The Budget announcement also caught Italy-based plumber and electrician Paul Roberts* off-guard when his sister called him from Liverpool to relay the “terrible news”.
“I was fixing the kitchen sink of a client near Rapallo, and it came as a shock. If UK Government plans go ahead, I can say ciao to my UK pension and will have to work until I’m at least over 75,” Mr Roberts, 50, told The i Paper.
He left London 25 years ago and has been living in Liguria, near the village of Cicagna, working as a “handyman” for many regular clients he now considers friends.
Mr Roberts left the UK after working for just three years in London as a self-employed plumber. He has regularly paid his extra NI contributions and is feeling lost.
“Does this mean I need to return to the UK to work another seven years to reach the 10-year new target in the Budget?” he asked. He questioned whether the new rules would apply retrospectively, to long-term expats rather than just to people moving abroad now, and how much increase there would be in the NI contributions.
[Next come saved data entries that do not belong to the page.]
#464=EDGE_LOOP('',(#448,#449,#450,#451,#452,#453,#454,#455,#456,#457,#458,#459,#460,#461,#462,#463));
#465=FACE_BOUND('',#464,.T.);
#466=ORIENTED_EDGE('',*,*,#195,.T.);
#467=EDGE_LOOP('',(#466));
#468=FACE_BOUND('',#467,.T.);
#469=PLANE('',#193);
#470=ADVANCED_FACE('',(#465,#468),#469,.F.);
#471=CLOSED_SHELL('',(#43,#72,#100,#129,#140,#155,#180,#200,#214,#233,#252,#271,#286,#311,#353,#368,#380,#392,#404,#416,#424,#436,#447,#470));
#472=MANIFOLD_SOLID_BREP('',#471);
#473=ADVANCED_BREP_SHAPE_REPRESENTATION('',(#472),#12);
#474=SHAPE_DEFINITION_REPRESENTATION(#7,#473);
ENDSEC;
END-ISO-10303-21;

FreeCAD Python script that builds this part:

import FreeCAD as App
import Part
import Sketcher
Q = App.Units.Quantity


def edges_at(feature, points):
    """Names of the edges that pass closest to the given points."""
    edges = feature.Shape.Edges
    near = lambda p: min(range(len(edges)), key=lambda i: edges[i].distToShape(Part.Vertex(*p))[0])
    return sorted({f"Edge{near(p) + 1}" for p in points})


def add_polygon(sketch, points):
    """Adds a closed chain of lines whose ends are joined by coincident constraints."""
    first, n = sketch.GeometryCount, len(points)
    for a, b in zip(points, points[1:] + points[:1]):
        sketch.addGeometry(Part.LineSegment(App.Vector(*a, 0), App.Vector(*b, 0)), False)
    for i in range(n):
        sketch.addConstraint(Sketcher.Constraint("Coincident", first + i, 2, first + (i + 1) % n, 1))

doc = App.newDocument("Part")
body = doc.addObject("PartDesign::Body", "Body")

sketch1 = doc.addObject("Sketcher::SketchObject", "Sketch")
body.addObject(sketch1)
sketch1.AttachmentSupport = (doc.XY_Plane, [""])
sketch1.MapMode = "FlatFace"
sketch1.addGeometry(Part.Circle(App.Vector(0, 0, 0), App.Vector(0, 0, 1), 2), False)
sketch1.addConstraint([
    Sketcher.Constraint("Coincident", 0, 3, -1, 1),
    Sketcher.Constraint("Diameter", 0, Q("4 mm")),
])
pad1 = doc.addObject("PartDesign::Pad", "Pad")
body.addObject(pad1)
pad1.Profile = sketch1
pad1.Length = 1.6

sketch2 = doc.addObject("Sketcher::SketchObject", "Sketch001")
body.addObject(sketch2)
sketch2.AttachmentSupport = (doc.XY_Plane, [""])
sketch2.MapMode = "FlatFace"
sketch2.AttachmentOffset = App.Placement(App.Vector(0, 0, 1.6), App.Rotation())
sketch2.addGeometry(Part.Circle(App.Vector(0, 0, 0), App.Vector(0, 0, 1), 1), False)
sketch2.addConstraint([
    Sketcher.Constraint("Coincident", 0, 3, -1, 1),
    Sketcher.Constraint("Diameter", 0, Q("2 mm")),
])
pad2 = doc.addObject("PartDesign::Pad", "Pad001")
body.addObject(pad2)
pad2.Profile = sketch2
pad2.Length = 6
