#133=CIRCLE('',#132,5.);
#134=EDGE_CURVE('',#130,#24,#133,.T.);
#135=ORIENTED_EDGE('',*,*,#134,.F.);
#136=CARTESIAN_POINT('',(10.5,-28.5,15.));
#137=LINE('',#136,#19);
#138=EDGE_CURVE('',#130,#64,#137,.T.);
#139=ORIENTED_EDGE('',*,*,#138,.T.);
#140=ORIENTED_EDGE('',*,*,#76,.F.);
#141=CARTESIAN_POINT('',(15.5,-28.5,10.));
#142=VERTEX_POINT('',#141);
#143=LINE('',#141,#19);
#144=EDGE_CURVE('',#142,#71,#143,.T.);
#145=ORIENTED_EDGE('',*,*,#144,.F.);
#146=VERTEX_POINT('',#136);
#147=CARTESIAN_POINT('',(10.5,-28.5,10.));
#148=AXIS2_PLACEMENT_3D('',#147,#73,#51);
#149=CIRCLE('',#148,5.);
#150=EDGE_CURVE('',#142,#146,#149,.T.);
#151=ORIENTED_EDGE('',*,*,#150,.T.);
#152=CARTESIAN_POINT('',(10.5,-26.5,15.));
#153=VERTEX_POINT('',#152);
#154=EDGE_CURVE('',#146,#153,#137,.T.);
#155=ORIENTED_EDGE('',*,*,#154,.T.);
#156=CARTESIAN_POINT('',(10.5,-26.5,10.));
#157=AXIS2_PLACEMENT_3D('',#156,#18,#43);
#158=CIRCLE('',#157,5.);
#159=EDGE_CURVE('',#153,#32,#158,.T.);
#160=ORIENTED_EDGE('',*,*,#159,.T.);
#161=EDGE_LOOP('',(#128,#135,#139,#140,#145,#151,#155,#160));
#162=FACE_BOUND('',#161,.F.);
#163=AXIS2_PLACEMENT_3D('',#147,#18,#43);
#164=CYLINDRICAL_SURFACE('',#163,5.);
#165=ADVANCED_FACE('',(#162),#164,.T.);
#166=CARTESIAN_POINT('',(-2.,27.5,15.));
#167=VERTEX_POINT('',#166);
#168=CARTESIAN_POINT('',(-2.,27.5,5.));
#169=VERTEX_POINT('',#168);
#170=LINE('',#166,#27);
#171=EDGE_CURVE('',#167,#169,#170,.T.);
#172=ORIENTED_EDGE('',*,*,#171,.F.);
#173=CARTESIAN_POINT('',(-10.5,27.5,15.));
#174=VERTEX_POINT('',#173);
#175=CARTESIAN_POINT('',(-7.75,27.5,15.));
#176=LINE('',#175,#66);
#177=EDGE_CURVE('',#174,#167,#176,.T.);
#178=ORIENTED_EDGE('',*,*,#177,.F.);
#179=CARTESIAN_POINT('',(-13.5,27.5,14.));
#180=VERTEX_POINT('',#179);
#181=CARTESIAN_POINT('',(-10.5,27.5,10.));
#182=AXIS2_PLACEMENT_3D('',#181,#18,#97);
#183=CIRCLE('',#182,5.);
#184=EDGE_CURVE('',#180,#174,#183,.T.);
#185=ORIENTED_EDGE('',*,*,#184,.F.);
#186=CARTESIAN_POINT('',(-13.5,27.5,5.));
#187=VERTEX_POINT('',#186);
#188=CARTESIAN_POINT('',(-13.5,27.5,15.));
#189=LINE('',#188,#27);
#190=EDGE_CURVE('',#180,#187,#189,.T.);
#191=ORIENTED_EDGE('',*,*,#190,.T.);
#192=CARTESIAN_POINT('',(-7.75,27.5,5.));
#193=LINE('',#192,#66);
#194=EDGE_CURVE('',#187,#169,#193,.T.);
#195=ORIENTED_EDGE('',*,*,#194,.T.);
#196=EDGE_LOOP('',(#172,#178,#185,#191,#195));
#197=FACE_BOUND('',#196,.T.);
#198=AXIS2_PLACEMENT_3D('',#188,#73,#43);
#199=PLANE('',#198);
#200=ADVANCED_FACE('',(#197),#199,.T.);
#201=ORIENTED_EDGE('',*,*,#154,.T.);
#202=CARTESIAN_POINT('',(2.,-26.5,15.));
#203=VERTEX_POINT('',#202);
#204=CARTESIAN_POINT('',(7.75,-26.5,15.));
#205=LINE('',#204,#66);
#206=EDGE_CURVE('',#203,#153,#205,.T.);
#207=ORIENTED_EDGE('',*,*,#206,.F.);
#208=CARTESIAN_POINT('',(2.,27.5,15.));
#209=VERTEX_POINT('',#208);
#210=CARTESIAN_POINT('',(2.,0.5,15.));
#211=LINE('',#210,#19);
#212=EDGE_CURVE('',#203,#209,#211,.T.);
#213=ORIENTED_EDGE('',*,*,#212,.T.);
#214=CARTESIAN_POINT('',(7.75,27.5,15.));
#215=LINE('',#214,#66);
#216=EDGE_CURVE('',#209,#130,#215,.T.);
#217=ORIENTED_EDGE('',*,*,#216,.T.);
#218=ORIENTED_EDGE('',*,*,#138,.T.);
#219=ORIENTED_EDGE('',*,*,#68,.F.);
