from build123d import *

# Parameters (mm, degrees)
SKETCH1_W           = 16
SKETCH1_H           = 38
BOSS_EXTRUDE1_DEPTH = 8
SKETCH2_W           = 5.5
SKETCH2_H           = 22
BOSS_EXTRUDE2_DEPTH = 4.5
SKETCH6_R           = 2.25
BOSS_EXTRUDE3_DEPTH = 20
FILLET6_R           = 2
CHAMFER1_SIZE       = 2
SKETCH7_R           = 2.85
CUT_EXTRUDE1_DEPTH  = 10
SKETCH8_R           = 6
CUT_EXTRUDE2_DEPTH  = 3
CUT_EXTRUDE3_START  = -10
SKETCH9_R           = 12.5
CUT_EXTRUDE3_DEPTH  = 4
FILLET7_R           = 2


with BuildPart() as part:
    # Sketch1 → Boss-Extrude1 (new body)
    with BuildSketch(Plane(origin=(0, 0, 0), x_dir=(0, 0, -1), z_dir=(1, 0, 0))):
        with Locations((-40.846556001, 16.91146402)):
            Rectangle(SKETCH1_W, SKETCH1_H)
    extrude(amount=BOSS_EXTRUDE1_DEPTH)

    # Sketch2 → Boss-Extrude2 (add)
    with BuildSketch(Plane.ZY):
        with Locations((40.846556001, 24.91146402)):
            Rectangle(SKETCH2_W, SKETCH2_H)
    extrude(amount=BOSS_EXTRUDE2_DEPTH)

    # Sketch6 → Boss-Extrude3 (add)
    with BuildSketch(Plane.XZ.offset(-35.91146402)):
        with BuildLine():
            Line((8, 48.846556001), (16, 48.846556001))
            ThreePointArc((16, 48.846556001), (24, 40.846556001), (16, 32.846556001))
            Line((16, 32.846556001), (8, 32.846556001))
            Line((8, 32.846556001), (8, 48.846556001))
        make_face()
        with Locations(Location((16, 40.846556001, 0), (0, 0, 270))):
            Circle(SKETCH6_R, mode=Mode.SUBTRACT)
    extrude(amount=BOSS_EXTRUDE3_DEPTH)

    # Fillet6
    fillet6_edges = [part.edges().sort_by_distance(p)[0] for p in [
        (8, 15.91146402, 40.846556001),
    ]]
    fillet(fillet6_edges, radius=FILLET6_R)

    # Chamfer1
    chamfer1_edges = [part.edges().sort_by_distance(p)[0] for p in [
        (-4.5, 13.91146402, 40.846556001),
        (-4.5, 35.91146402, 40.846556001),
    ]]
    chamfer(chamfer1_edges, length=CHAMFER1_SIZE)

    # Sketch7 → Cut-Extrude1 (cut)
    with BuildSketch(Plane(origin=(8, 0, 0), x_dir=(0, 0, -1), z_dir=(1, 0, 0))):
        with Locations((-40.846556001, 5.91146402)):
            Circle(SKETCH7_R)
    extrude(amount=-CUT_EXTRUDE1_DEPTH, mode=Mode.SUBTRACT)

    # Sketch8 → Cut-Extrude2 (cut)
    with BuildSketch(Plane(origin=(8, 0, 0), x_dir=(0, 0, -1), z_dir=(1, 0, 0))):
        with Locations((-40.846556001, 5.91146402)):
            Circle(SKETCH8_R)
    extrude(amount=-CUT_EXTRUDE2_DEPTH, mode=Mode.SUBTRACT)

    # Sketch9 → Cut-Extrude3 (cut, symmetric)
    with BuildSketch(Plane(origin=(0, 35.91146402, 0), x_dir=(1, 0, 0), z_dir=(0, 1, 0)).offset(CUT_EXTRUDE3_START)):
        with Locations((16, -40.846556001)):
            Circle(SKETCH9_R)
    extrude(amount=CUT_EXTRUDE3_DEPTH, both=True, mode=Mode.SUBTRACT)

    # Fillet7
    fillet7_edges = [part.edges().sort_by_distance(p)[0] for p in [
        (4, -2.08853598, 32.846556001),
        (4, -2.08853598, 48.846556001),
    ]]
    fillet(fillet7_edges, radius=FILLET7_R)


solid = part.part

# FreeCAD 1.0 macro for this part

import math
import FreeCAD as App
import Part
import Sketcher
Q = App.Units.Quantity


def edges_at(feature, points):
    """Names of the edges that pass closest to the given points."""
    edges = feature.Shape.Edges
    near = lambda p: min(range(len(edges)), key=lambda i: edges[i].distToShape(Part.Vertex(*p))[0])
    return sorted({f"Edge{near(p) + 1}" for p in points})


def add_polygon(sketch, points):
    """Adds a closed chain of lines whose ends are joined by coincident constraints."""
    first, n = sketch.GeometryCount, len(points)
    for a, b in zip(points, points[1:] + points[:1]):
        sketch.addGeometry(Part.LineSegment(App.Vector(*a, 0), App.Vector(*b, 0)), False)
    for i in range(n):
        sketch.addConstraint(Sketcher.Constraint("Coincident", first + i, 2, first + (i + 1) % n, 1))

doc = App.newDocument("Part")
params = doc.addObject("Spreadsheet::Sheet", "Params")
for row, (alias, value) in enumerate([
    ("sketch1_width", "38 mm"),
    ("sketch1_height", "16 mm"),
    ("pad1_length", "8 mm"),
    ("sketch2_width", "22 mm"),
    ("sketch2_height", "5.5 mm"),
    ("pad2_length", "4.5 mm"),
    ("sketch3_radius", "8 mm"),
    ("sketch3_diameter", "4.5 mm"),
    ("sketch3_width", "8 mm"),
    ("pad3_length", "20 mm"),
    ("fillet_radius", "2 mm"),
    ("chamfer_size", "2 mm"),
    ("sketch4_diameter", "5.7 mm"),
    ("pocket1_length", "10 mm"),
    ("sketch5_diameter", "12 mm"),
    ("pocket2_length", "3 mm"),
    ("sketch6_diameter", "25 mm"),
    ("pocket3_length", "8 mm"),
    ("fillet2_radius", "2 mm"),
], start=1):
    params.set(f"A{row}", alias)
    params.set(f"B{row}", "=" + value)
    params.setAlias(f"B{row}", alias)

body = doc.addObject("PartDesign::Body", "Body")

# Sketch on YZ plane
sketch1 = body.newObject("Sketcher::SketchObject", "Sketch")
sketch1.AttachmentSupport = (doc.getObject("YZ_Plane"), [""])
sketch1.MapMode = "FlatFace"
add_polygon(sketch1, [(36, 49), (-2, 49), (-2, 33), (36, 33)])  # lines 0-3
sketch1.addConstraint([
    Sketcher.Constraint("Horizontal", 0),
    Sketcher.Constraint("Vertical", 1),
    Sketcher.Constraint("Horizontal", 2),
    Sketcher.Constraint("Vertical", 3),
    Sketcher.Constraint("DistanceX", 0, 2, 0, 1, Q("38 mm")),
    Sketcher.Constraint("DistanceY", 1, 2, 1, 1, Q("16 mm")),
    Sketcher.Constraint("DistanceX", 0, 2, -1, 1, Q("2.088536 mm")),
    Sketcher.Constraint("DistanceY", -1, 1, 0, 2, Q("48.846556 mm")),
])
sketch1.setExpression("Constraints[8]", "Params.sketch1_width")
sketch1.setExpression("Constraints[9]", "Params.sketch1_height")
pad1 = body.newObject("PartDesign::Pad", "Pad")
pad1.Profile = sketch1
pad1.setExpression("Length", "Params.pad1_length")

# Sketch on YZ plane
sketch2 = body.newObject("Sketcher::SketchObject", "Sketch001")
sketch2.AttachmentSupport = (doc.getObject("YZ_Plane"), [""])
sketch2.MapMode = "FlatFace"
add_polygon(sketch2, [(36, 38), (14, 38), (14, 44), (36, 44)])  # lines 0-3
sketch2.addConstraint([
    Sketcher.Constraint("Horizontal", 0),
    Sketcher.Constraint("Vertical", 1),
    Sketcher.Constraint("Horizontal", 2),
    Sketcher.Constraint("Vertical", 3),
    Sketcher.Constraint("DistanceX", 0, 2, 0, 1, Q("22 mm")),
    Sketcher.Constraint("DistanceY", 1, 1, 1, 2, Q("5.5 mm")),
    Sketcher.Constraint("DistanceX", -1, 1, 0, 2, Q("13.911464 mm")),
    Sketcher.Constraint("DistanceY", -1, 1, 0, 2, Q("38.096556 mm")),
])
sketch2.setExpression("Constraints[8]", "Params.sketch2_width")
sketch2.setExpression("Constraints[9]", "Params.sketch2_height")
pad2 = body.newObject("PartDesign::Pad", "Pad001")
pad2.Profile = sketch2
pad2.setExpression("Length", "Params.pad2_length")
pad2.Reversed = True

# Sketch on XZ plane
sketch3 = body.newObject("Sketcher::SketchObject", "Sketch002")
sketch3.AttachmentSupport = (doc.getObject("XZ_Plane"), [""])
sketch3.MapMode = "FlatFace"
sketch3.AttachmentOffset = App.Placement(App.Vector(0, 0, -35.911464), App.Rotation())
sketch3.addGeometry([
    Part.LineSegment(App.Vector(16, 48.8, 0), App.Vector(8, 48.8, 0)),  # 0
    Part.LineSegment(App.Vector(8, 48.8, 0), App.Vector(8, 32.8, 0)),  # 1
    Part.LineSegment(App.Vector(8, 32.8, 0), App.Vector(16, 32.8, 0)),  # 2
    Part.ArcOfCircle(Part.Circle(App.Vector(16, 40.8, 0), App.Vector(0, 0, 1), 8), math.radians(-90), math.radians(90)),  # 3
    Part.Circle(App.Vector(16, 40.8, 0), App.Vector(0, 0, 1), 2.2),  # 4
], False)
sketch3.addConstraint([
    Sketcher.Constraint("Coincident", 0, 2, 1, 1),
    Sketcher.Constraint("Coincident", 1, 2, 2, 1),
    Sketcher.Constraint("Tangent", 2, 2, 3, 1),
    Sketcher.Constraint("Tangent", 3, 2, 0, 1),
    Sketcher.Constraint("Horizontal", 0),
    Sketcher.Constraint("Vertical", 1),
    Sketcher.Constraint("Horizontal", 2),
    Sketcher.Constraint("Coincident", 4, 3, 3, 3),
    Sketcher.Constraint("Radius", 3, Q("8 mm")),
    Sketcher.Constraint("Diameter", 4, Q("4.5 mm")),
    Sketcher.Constraint("DistanceX", 0, 2, 0, 1, Q("8 mm")),
    Sketcher.Constraint("DistanceX", -1, 1, 3, 3, Q("16 mm")),
    Sketcher.Constraint("DistanceY", -1, 1, 3, 3, Q("40.846556 mm")),
])
sketch3.setExpression("Constraints[8]", "Params.sketch3_radius")
sketch3.setExpression("Constraints[9]", "Params.sketch3_diameter")
sketch3.setExpression("Constraints[10]", "Params.sketch3_width")
pad3 = body.newObject("PartDesign::Pad", "Pad002")
pad3.Profile = sketch3
pad3.setExpression("Length", "Params.pad3_length")
doc.recompute()

fillet = body.newObject("PartDesign::Fillet", "Fillet")
fillet.Base = (pad3, edges_at(pad3, [(8, 15.911, 40.847)]))
fillet.setExpression("Radius", "Params.fillet_radius")
doc.recompute()

chamfer = body.newObject("PartDesign::Chamfer", "Chamfer")
chamfer.Base = (fillet, edges_at(fillet, [(-4.5, 13.911, 40.847), (-4.5, 35.911, 40.847)]))
chamfer.setExpression("Size", "Params.chamfer_size")

# Sketch on YZ plane
sketch4 = body.newObject("Sketcher::SketchObject", "Sketch003")
sketch4.AttachmentSupport = (doc.getObject("YZ_Plane"), [""])
sketch4.MapMode = "FlatFace"
sketch4.AttachmentOffset = App.Placement(App.Vector(0, 0, 8), App.Rotation())
sketch4.addGeometry(Part.Circle(App.Vector(5.9, 40.8, 0), App.Vector(0, 0, 1), 2.9), False)
sketch4.addConstraint([
    Sketcher.Constraint("Diameter", 0, Q("5.7 mm")),
    Sketcher.Constraint("DistanceX", -1, 1, 0, 3, Q("5.911464 mm")),
    Sketcher.Constraint("DistanceY", -1, 1, 0, 3, Q("40.846556 mm")),
])
sketch4.setExpression("Constraints[0]", "Params.sketch4_diameter")
pocket1 = body.newObject("PartDesign::Pocket", "Pocket")
pocket1.Profile = sketch4
pocket1.setExpression("Length", "Params.pocket1_length")

# Sketch on YZ plane
sketch5 = body.newObject("Sketcher::SketchObject", "Sketch004")
sketch5.AttachmentSupport = (doc.getObject("YZ_Plane"), [""])
sketch5.MapMode = "FlatFace"
sketch5.AttachmentOffset = App.Placement(App.Vector(0, 0, 8), App.Rotation())
sketch5.addGeometry(Part.Circle(App.Vector(6, 41, 0), App.Vector(0, 0, 1), 6), False)
sketch5.addConstraint([
    Sketcher.Constraint("Diameter", 0, Q("12 mm")),
    Sketcher.Constraint("DistanceX", -1, 1, 0, 3, Q("5.911464 mm")),
    Sketcher.Constraint("DistanceY", -1, 1, 0, 3, Q("40.846556 mm")),
])
sketch5.setExpression("Constraints[0]", "Params.sketch5_diameter")
pocket2 = body.newObject("PartDesign::Pocket", "Pocket001")
pocket2.Profile = sketch5
pocket2.setExpression("Length", "Params.pocket2_length")

# Sketch on XZ plane
sketch6 = body.newObject("Sketcher::SketchObject", "Sketch005")
sketch6.AttachmentSupport = (doc.getObject("XZ_Plane"), [""])
sketch6.MapMode = "FlatFace"
sketch6.AttachmentOffset = App.Placement(App.Vector(0, 0, -25.911464), App.Rotation())
sketch6.addGeometry(Part.Circle(App.Vector(16, 41, 0), App.Vector(0, 0, 1), 12), False)
sketch6.addConstraint([
    Sketcher.Constraint("Diameter", 0, Q("25 mm")),
    Sketcher.Constraint("DistanceX", -1, 1, 0, 3, Q("16 mm")),
    Sketcher.Constraint("DistanceY", -1, 1, 0, 3, Q("40.846556 mm")),
])
sketch6.setExpression("Constraints[0]", "Params.sketch6_diameter")
pocket3 = body.newObject("PartDesign::Pocket", "Pocket002")
pocket3.Profile = sketch6
pocket3.setExpression("Length", "Params.pocket3_length")
pocket3.Midplane = True
doc.recompute()

fillet2 = body.newObject("PartDesign::Fillet", "Fillet001")
fillet2.Base = (pocket3, edges_at(pocket3, [(4, -2.089, 32.847), (4, -2.089, 48.847)]))
fillet2.setExpression("Radius", "Params.fillet2_radius")

doc.recompute()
Mr Roberts, who rents a one-bed cottage in northwest Italy for €500 (£438) per month, wonders if he could make up the NI contribution shortfall, and still qualify for the UK pension.
He no longer has a home in the UK or family besides his sister, and the thought of going back at his age to work “as a teenager” frightens him. He
“I think it’s really unfair. But to be honest, I haven’t been very clever. I’m a resident in Liguria paying income taxes in Italy but I never thought of setting up a private or public Italian pension fund, as I had my UK one. If I were to do that now, in Italy, I doubt I could even apply at my age, and then what happens to the UK pension I’ve built during these past decades scares me.”
The worst-case scenario for him would be having to give up his “right” to a UK pension and not having the time to build an Italian one.
“That would sentence me to work indefinitely until I was physically unable to do so … Never retiring.”